# Сайт > Главный раздел >  Некоторые опции форума

## Sanych

Под аватаром видна колонка присутствия, репутации и замечаний. Полностью она выглядит так: [Скрытая ссылка. Необходима регистрация. ]
Дальнейшее её отображение зависит от Ваших прав на форуме.
И так, с лева на право:
*Круглый глазок.* Зелёный - пользователь на форуме. Серый - пользователь off. Красный - у пользователя включен режим невидимости.
*Картинка с весами* - управление репутацией. При её нажатии, Вы можете повысить или понизить репутацию пользователя.
*Жёлтая и красная карточки.* Замечания пользователю. Используется для выдачи замечания пользователю. Выглядит как: Вид нарушения - Кол-во баллов - Срок действия нарушения. Единоразово даётся 3 балла. Срок действия нарушения  3 дня. При наборе 15 баллов, пользователь автоматически попадает в бан на 3 дня.
*Комп* - ip адрес пользователя.

----------


## Sanych

Общение в чате. Свое сообщение в чате, а суперам не только своё, можно быстро отредактировать сделав двойной клик мышкой на сообщении. Потом нажмите кнопку справа - Обновить.

----------


## Serj_2k

> Потом нажмите кнопку справа - Обновить.


а проще сразу Enter

----------


## Sanych

*Мультицитирование.* 
В свое сообщение пользователь может вставить до 10 цитат из других сообщений. Для этого нужна нажать в каждом цитируемом сообщении кнопку - *Мультицитирование*(после Правка, Цитата). Потом нажать кнопку *Ответить*(находиться у самого левого края над "Быстрый ответ).

----------


## Sanych

Что бы обновить страницу находясь на главной, достаточно просто нажать на значёк папки как на скрине или на картинку с белазом. Картинка с белазом так же является кнопкой возврата на главную с любой другой страницы.

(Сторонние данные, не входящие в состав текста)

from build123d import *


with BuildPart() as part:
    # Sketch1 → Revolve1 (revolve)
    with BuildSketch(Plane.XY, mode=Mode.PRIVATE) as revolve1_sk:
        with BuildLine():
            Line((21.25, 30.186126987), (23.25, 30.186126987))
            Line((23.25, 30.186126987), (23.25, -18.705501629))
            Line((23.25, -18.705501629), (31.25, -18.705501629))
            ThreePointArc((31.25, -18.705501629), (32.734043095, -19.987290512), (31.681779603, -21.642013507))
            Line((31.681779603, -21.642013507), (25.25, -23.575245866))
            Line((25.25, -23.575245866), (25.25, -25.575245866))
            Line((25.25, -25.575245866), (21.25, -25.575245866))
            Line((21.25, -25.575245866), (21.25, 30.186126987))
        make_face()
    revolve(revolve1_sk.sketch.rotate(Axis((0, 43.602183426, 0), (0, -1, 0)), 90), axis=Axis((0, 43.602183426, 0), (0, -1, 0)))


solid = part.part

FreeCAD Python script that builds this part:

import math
import FreeCAD as App
import Part
import Sketcher

doc = App.newDocument("Part")
body = doc.addObject("PartDesign::Body", "Body")

# Sketch on XY plane
sketch1 = body.newObject("Sketcher::SketchObject", "Sketch")
sketch1.AttachmentSupport = (doc.getObject("XY_Plane"), [""])
sketch1.MapMode = "FlatFace"
sketch1.addGeometry(Part.LineSegment(App.Vector(23.2, 30.2, 0), App.Vector(21.2, 30.2, 0)), False)
sketch1.addGeometry(Part.LineSegment(App.Vector(21.2, 30.2, 0), App.Vector(21.2, -25.6, 0)), False)
sketch1.addGeometry(Part.LineSegment(App.Vector(21.2, -25.6, 0), App.Vector(25.2, -25.6, 0)), False)
sketch1.addGeometry(Part.LineSegment(App.Vector(25.2, -25.6, 0), App.Vector(25.2, -23.6, 0)), False)
sketch1.addGeometry(Part.LineSegment(App.Vector(25.2, -23.6, 0), App.Vector(31.7, -21.6, 0)), False)
sketch1.addGeometry(Part.ArcOfCircle(Part.Circle(App.Vector(31.2, -20.2, 0), App.Vector(0, 0, 1), 1.5), math.radians(-73), math.radians(90)), False)
sketch1.addGeometry(Part.LineSegment(App.Vector(31.2, -18.7, 0), App.Vector(23.2, -18.7, 0)), False)
sketch1.addGeometry(Part.LineSegment(App.Vector(23.2, -18.7, 0), App.Vector(23.2, 30.2, 0)), False)
sketch1.addConstraint(Sketcher.Constraint("Coincident", 0, 2, 1, 1))
sketch1.addConstraint(Sketcher.Constraint("Coincident", 1, 2, 2, 1))
sketch1.addConstraint(Sketcher.Constraint("Coincident", 2, 2, 3, 1))
sketch1.addConstraint(Sketcher.Constraint("Coincident", 3, 2, 4, 1))
sketch1.addConstraint(Sketcher.Constraint("Tangent", 4, 2, 5, 1))
sketch1.addConstraint(Sketcher.Constraint("Tangent", 5, 2, 6, 1))
sketch1.addConstraint(Sketcher.Constraint("Coincident", 6, 2, 7, 1))
sketch1.addConstraint(Sketcher.Constraint("Coincident", 7, 2, 0, 1))
sketch1.addConstraint(Sketcher.Constraint("Horizontal", 0))
sketch1.addConstraint(Sketcher.Constraint("Vertical", 1))
sketch1.addConstraint(Sketcher.Constraint("Horizontal", 2))
sketch1.addConstraint(Sketcher.Constraint("Vertical", 3))
sketch1.addConstraint(Sketcher.Constraint("Horizontal", 6))
sketch1.addConstraint(Sketcher.Constraint("Vertical", 7))
sketch1.addConstraint(Sketcher.Constraint("Equal", 0, 3))
sketch1.addConstraint(Sketcher.Constraint("Radius", 5, 1.5))
sketch1.addConstraint(Sketcher.Constraint("DistanceX", 0, 2, 0, 1, 2.0))
sketch1.addConstraint(Sketcher.Constraint("DistanceX", 2, 1, 2, 2, 4.0))
sketch1.addConstraint(Sketcher.Constraint("DistanceX", 6, 2, 6, 1, 8.0))
sketch1.addConstraint(Sketcher.Constraint("DistanceX", -1, 1, 5, 3, 31.25))
sketch1.addConstraint(Sketcher.Constraint("DistanceY", 7, 1, 7, 2, 48.891629))
sketch1.addConstraint(Sketcher.Constraint("DistanceY", 5, 3, -1, 1, 20.205502))
sketch1.addConstraint(Sketcher.Constraint("Distance", 4, 6.716039))
revolution = body.newObject("PartDesign::Revolution", "Revolution")
revolution.Profile = sketch1
revolution.ReferenceAxis = (sketch1, ["V_Axis"])
revolution.Angle = 360

doc.recompute()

[Скрытая ссылка. Необходима регистрация. ]

----------


## Sanych

Добавлена возможность прятать текст под спойлеры. То есть при нажатии на спойлер, откроется текст. Тег для скрытия всяческих описаний и оффтопика. Надо выбрать в ответе - Расширеный режим и нажать кнопочку с изображением буквы *S*

Опция для ВВ кода - это имя спойлера.
Будет примерно следующее





> А сюда пишем всякие описания и прочий флуд. И ещё кучу чего разного





Если не открывает спойлер, обновите страницу.

----------


## Sanych

Добавлена возможность цитировать выделенный текст сообщения. 

Всё просто. Выделяете мышкой текст для цитаты, появляется всплывающее окошко "Цитировать". Жмякаете на неё, и цитата улетела в поле для ответа.

----------


## HARON

> Добавлена возможность цитировать выделенный текст сообщения. 
> 
> Всё просто. Выделяете мышкой текст для цитаты, появляется всплывающее окошко "Цитировать". Жмякаете на неё, и цитата улетела в поле для ответа.


СПАСИБО САНЫЧ ЗА ТАКУЮ ВОЗМОЖНОСТЬ! МЫ ДАЖЕ  И НЕ ПРЕДПОЛОГАЛИ ЧТО ТАК МОЖЕТ БЫТЬ!!!!

ПЫ.СЫ. Извините за капслук!

----------


## vova230

Приятно было увидеть новое украшение форума.

----------


## Sanych

Добавлена возможность вставки видео с [Скрытая ссылка. Необходима регистрация. ] и [Скрытая ссылка. Необходима регистрация. ] 
Добавление в расширеном режиме. 

Код для того, чтобы вставить какой-нибудь видео отрывок с YouTube. Зайдите на YouTube, найдите нужный видео-отрывок. Слево от видео-отрыка будет ссылка например: [Скрытая ссылка. Необходима регистрация. ] . Вот окончание(цифробуквы) после знака = и нужно вставить в тег.
После чего добавить описание, к примеру - Моё видео.

В итоге ссылка должна выглядеть так:
[*YOUTUBE="OmyLуpwKU5gl"]Моё видео[/YOUTUBE*] 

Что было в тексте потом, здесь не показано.